[Start of section]

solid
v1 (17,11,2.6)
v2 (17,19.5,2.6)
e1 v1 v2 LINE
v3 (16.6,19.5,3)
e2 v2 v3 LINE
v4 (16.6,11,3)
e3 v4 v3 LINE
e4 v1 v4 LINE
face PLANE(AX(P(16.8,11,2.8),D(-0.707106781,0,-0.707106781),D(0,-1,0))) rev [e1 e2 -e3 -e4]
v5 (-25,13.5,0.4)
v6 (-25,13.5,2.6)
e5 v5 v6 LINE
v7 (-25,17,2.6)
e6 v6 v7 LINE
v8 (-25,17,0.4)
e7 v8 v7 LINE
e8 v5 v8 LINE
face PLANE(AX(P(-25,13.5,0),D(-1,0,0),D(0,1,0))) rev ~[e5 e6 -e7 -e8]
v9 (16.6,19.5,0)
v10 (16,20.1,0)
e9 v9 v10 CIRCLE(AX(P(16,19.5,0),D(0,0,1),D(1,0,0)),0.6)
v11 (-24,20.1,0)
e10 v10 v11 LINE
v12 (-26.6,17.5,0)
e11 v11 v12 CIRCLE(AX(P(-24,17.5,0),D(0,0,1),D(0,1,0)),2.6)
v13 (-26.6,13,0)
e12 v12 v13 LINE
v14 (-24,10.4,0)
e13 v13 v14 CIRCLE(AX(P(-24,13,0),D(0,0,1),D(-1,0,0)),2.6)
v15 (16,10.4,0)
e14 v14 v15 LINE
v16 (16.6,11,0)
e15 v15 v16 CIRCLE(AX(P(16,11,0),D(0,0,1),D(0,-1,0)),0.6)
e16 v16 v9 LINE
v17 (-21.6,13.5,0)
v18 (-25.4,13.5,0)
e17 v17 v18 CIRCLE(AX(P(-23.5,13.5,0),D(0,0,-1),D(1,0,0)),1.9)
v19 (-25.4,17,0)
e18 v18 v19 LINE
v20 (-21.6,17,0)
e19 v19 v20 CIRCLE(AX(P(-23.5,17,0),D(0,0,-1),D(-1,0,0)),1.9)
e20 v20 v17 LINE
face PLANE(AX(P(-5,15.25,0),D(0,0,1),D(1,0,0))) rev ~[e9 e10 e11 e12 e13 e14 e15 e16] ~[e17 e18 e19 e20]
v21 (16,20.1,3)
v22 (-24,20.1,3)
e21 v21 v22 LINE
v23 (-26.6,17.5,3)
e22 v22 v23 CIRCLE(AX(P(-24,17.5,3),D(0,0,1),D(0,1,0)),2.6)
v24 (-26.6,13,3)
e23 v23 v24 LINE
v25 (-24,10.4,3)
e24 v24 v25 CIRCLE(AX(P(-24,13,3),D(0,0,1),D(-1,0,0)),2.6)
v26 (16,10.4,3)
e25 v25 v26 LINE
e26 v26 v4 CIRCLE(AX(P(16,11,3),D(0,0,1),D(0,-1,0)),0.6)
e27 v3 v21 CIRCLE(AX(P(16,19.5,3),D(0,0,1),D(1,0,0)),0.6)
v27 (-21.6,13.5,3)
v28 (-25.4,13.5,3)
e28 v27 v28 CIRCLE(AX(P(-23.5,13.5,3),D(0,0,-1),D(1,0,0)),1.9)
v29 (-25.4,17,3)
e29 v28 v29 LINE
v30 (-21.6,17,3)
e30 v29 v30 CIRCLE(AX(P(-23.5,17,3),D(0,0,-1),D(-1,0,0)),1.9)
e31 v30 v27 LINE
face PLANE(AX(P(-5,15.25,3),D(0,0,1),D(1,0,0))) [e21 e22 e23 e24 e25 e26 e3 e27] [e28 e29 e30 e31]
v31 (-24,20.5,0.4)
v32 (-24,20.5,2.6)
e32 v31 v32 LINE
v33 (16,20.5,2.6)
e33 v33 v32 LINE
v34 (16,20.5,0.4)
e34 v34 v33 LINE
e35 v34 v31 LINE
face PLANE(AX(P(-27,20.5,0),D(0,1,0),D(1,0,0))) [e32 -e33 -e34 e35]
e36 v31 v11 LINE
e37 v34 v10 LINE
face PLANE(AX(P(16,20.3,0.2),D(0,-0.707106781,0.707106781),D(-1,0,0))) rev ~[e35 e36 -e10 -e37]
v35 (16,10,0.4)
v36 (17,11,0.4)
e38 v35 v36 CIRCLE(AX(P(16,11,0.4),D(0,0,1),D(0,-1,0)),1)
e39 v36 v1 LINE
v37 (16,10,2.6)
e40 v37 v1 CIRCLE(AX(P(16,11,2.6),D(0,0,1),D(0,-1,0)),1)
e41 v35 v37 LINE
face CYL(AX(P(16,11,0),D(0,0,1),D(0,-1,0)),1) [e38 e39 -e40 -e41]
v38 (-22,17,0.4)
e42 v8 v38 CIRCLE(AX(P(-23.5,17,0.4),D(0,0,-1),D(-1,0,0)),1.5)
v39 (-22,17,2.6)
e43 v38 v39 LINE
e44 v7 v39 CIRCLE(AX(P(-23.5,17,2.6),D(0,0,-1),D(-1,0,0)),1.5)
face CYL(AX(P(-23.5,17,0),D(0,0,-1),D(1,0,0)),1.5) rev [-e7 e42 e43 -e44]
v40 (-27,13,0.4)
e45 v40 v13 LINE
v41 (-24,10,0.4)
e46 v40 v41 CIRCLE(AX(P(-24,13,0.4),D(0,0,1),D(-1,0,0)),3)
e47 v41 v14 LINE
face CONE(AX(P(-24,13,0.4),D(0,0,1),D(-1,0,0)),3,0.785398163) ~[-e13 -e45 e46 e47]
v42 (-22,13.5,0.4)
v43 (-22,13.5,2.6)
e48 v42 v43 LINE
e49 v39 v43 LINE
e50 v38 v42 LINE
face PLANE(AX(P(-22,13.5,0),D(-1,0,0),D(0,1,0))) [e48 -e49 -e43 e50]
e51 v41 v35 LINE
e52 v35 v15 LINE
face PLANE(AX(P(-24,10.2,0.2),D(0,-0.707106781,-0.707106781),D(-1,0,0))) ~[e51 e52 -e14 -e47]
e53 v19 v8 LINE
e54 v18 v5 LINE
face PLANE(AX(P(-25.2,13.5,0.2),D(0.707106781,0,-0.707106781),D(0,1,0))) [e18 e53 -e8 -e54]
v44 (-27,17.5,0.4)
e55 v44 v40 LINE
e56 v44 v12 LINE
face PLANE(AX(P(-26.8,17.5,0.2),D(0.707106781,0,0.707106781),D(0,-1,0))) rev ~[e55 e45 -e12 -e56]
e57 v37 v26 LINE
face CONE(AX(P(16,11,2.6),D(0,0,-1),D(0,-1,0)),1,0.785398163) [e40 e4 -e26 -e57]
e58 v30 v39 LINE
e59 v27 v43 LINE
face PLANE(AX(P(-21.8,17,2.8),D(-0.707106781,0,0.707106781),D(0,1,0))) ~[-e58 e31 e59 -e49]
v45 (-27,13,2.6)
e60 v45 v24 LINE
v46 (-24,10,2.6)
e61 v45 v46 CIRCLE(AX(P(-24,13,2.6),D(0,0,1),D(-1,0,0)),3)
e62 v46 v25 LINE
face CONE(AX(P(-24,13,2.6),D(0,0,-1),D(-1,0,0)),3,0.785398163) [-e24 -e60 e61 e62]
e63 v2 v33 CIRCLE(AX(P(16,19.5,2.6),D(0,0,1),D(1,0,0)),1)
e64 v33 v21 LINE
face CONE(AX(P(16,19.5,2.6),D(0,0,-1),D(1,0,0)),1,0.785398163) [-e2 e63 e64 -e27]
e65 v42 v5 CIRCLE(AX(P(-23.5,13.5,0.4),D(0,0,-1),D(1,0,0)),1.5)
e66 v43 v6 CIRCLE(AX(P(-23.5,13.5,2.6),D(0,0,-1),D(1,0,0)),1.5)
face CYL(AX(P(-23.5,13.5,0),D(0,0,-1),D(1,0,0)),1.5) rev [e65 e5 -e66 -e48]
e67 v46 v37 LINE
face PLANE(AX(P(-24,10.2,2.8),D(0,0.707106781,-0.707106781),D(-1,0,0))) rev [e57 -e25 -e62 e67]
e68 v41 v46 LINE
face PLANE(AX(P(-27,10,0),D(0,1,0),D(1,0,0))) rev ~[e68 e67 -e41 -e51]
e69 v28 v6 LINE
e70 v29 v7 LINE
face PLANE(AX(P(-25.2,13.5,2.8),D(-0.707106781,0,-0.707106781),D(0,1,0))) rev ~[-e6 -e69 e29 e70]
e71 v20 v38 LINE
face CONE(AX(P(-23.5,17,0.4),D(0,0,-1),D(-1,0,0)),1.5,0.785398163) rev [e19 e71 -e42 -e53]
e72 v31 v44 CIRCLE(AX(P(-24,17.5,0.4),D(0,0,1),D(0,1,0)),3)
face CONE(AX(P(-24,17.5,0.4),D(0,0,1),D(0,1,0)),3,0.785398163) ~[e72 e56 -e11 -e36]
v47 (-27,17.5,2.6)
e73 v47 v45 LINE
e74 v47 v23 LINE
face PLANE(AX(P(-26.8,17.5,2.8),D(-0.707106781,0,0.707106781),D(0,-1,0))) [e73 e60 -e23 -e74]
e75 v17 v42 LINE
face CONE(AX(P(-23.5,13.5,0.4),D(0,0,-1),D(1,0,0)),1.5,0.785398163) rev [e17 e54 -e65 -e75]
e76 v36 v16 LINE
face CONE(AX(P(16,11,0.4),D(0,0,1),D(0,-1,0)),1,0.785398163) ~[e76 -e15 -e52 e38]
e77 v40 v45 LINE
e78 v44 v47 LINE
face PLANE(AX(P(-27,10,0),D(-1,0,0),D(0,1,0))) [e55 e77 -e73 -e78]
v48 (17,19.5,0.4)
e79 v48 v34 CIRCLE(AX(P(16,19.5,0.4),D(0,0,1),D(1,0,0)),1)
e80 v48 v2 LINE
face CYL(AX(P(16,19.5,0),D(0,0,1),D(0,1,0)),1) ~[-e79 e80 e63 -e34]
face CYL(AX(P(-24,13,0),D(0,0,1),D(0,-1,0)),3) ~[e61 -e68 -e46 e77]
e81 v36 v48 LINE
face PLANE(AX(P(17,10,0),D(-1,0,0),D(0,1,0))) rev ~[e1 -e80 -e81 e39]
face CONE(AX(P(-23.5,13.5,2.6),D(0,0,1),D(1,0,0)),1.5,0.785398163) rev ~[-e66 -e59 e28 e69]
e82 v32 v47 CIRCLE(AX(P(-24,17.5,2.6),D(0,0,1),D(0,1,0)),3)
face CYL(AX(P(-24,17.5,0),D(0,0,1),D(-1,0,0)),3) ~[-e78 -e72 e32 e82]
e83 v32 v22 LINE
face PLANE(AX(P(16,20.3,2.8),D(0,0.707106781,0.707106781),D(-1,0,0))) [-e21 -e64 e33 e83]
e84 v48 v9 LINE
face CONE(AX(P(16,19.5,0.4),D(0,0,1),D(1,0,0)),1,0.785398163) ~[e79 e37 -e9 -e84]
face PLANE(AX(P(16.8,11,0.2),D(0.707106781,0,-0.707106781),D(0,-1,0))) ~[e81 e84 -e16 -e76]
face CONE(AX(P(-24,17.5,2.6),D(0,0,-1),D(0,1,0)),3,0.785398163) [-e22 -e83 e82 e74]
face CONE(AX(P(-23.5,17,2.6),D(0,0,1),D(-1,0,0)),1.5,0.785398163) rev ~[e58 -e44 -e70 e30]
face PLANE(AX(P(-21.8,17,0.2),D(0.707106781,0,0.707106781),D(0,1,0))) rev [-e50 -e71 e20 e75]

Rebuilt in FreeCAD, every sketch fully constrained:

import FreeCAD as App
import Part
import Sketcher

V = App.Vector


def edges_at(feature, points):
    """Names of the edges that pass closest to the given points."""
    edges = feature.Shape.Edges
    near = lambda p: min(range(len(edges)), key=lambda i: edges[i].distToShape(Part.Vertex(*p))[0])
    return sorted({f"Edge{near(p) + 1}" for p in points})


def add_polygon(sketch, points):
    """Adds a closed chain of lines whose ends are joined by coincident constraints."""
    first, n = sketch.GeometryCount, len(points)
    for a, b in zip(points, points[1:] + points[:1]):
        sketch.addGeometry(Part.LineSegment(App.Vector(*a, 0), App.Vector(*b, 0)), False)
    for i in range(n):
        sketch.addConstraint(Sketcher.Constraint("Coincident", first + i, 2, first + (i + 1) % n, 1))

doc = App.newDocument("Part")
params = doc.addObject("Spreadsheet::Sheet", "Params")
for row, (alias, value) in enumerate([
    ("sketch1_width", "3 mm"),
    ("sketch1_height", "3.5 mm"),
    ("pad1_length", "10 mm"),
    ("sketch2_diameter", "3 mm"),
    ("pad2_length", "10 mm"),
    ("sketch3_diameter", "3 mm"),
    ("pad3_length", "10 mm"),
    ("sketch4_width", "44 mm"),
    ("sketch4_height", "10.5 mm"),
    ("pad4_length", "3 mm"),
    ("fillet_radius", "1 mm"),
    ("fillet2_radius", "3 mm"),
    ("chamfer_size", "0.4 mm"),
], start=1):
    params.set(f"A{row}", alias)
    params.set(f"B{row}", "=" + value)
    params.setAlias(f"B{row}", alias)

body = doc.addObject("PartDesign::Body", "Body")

[End of section]

*EXERCISE INSTRUCTIONS*. Output the lines above exactly, but only those between the line holding "e24 v24 v25" and the line holding "e31 e59 -e49]", inclusive.

*ANSWER TO THE PROBLEM*.
e24 v24 v25 CIRCLE(AX(P(-24,13,3),D(0,0,1),D(-1,0,0)),2.6)
v26 (16,10.4,3)
e25 v25 v26 LINE
e26 v26 v4 CIRCLE(AX(P(16,11,3),D(0,0,1),D(0,-1,0)),0.6)
e27 v3 v21 CIRCLE(AX(P(16,19.5,3),D(0,0,1),D(1,0,0)),0.6)
v27 (-21.6,13.5,3)
v28 (-25.4,13.5,3)
e28 v27 v28 CIRCLE(AX(P(-23.5,13.5,3),D(0,0,-1),D(1,0,0)),1.9)
v29 (-25.4,17,3)
e29 v28 v29 LINE
v30 (-21.6,17,3)
e30 v29 v30 CIRCLE(AX(P(-23.5,17,3),D(0,0,-1),D(-1,0,0)),1.9)
e31 v30 v27 LINE
face PLANE(AX(P(-5,15.25,3),D(0,0,1),D(1,0,0))) [e21 e22 e23 e24 e25 e26 e3 e27] [e28 e29 e30 e31]
v31 (-24,20.5,0.4)
v32 (-24,20.5,2.6)
e32 v31 v32 LINE
v33 (16,20.5,2.6)
e33 v33 v32 LINE
v34 (16,20.5,0.4)
e34 v34 v33 LINE
e35 v34 v31 LINE
face PLANE(AX(P(-27,20.5,0),D(0,1,0),D(1,0,0))) [e32 -e33 -e34 e35]
e36 v31 v11 LINE
e37 v34 v10 LINE
face PLANE(AX(P(16,20.3,0.2),D(0,-0.707106781,0.707106781),D(-1,0,0))) rev ~[e35 e36 -e10 -e37]
v35 (16,10,0.4)
v36 (17,11,0.4)
e38 v35 v36 CIRCLE(AX(P(16,11,0.4),D(0,0,1),D(0,-1,0)),1)
e39 v36 v1 LINE
v37 (16,10,2.6)
e40 v37 v1 CIRCLE(AX(P(16,11,2.6),D(0,0,1),D(0,-1,0)),1)
e41 v35 v37 LINE
face CYL(AX(P(16,11,0),D(0,0,1),D(0,-1,0)),1) [e38 e39 -e40 -e41]
v38 (-22,17,0.4)
e42 v8 v38 CIRCLE(AX(P(-23.5,17,0.4),D(0,0,-1),D(-1,0,0)),1.5)
v39 (-22,17,2.6)
e43 v38 v39 LINE
e44 v7 v39 CIRCLE(AX(P(-23.5,17,2.6),D(0,0,-1),D(-1,0,0)),1.5)
face CYL(AX(P(-23.5,17,0),D(0,0,-1),D(1,0,0)),1.5) rev [-e7 e42 e43 -e44]
v40 (-27,13,0.4)
e45 v40 v13 LINE
v41 (-24,10,0.4)
e46 v40 v41 CIRCLE(AX(P(-24,13,0.4),D(0,0,1),D(-1,0,0)),3)
e47 v41 v14 LINE
face CONE(AX(P(-24,13,0.4),D(0,0,1),D(-1,0,0)),3,0.785398163) ~[-e13 -e45 e46 e47]
v42 (-22,13.5,0.4)
v43 (-22,13.5,2.6)
e48 v42 v43 LINE
e49 v39 v43 LINE
e50 v38 v42 LINE
face PLANE(AX(P(-22,13.5,0),D(-1,0,0),D(0,1,0))) [e48 -e49 -e43 e50]
e51 v41 v35 LINE
e52 v35 v15 LINE
face PLANE(AX(P(-24,10.2,0.2),D(0,-0.707106781,-0.707106781),D(-1,0,0))) ~[e51 e52 -e14 -e47]
e53 v19 v8 LINE
e54 v18 v5 LINE
face PLANE(AX(P(-25.2,13.5,0.2),D(0.707106781,0,-0.707106781),D(0,1,0))) [e18 e53 -e8 -e54]
v44 (-27,17.5,0.4)
e55 v44 v40 LINE
e56 v44 v12 LINE
face PLANE(AX(P(-26.8,17.5,0.2),D(0.707106781,0,0.707106781),D(0,-1,0))) rev ~[e55 e45 -e12 -e56]
e57 v37 v26 LINE
face CONE(AX(P(16,11,2.6),D(0,0,-1),D(0,-1,0)),1,0.785398163) [e40 e4 -e26 -e57]
e58 v30 v39 LINE
e59 v27 v43 LINE
face PLANE(AX(P(-21.8,17,2.8),D(-0.707106781,0,0.707106781),D(0,1,0))) ~[-e58 e31 e59 -e49]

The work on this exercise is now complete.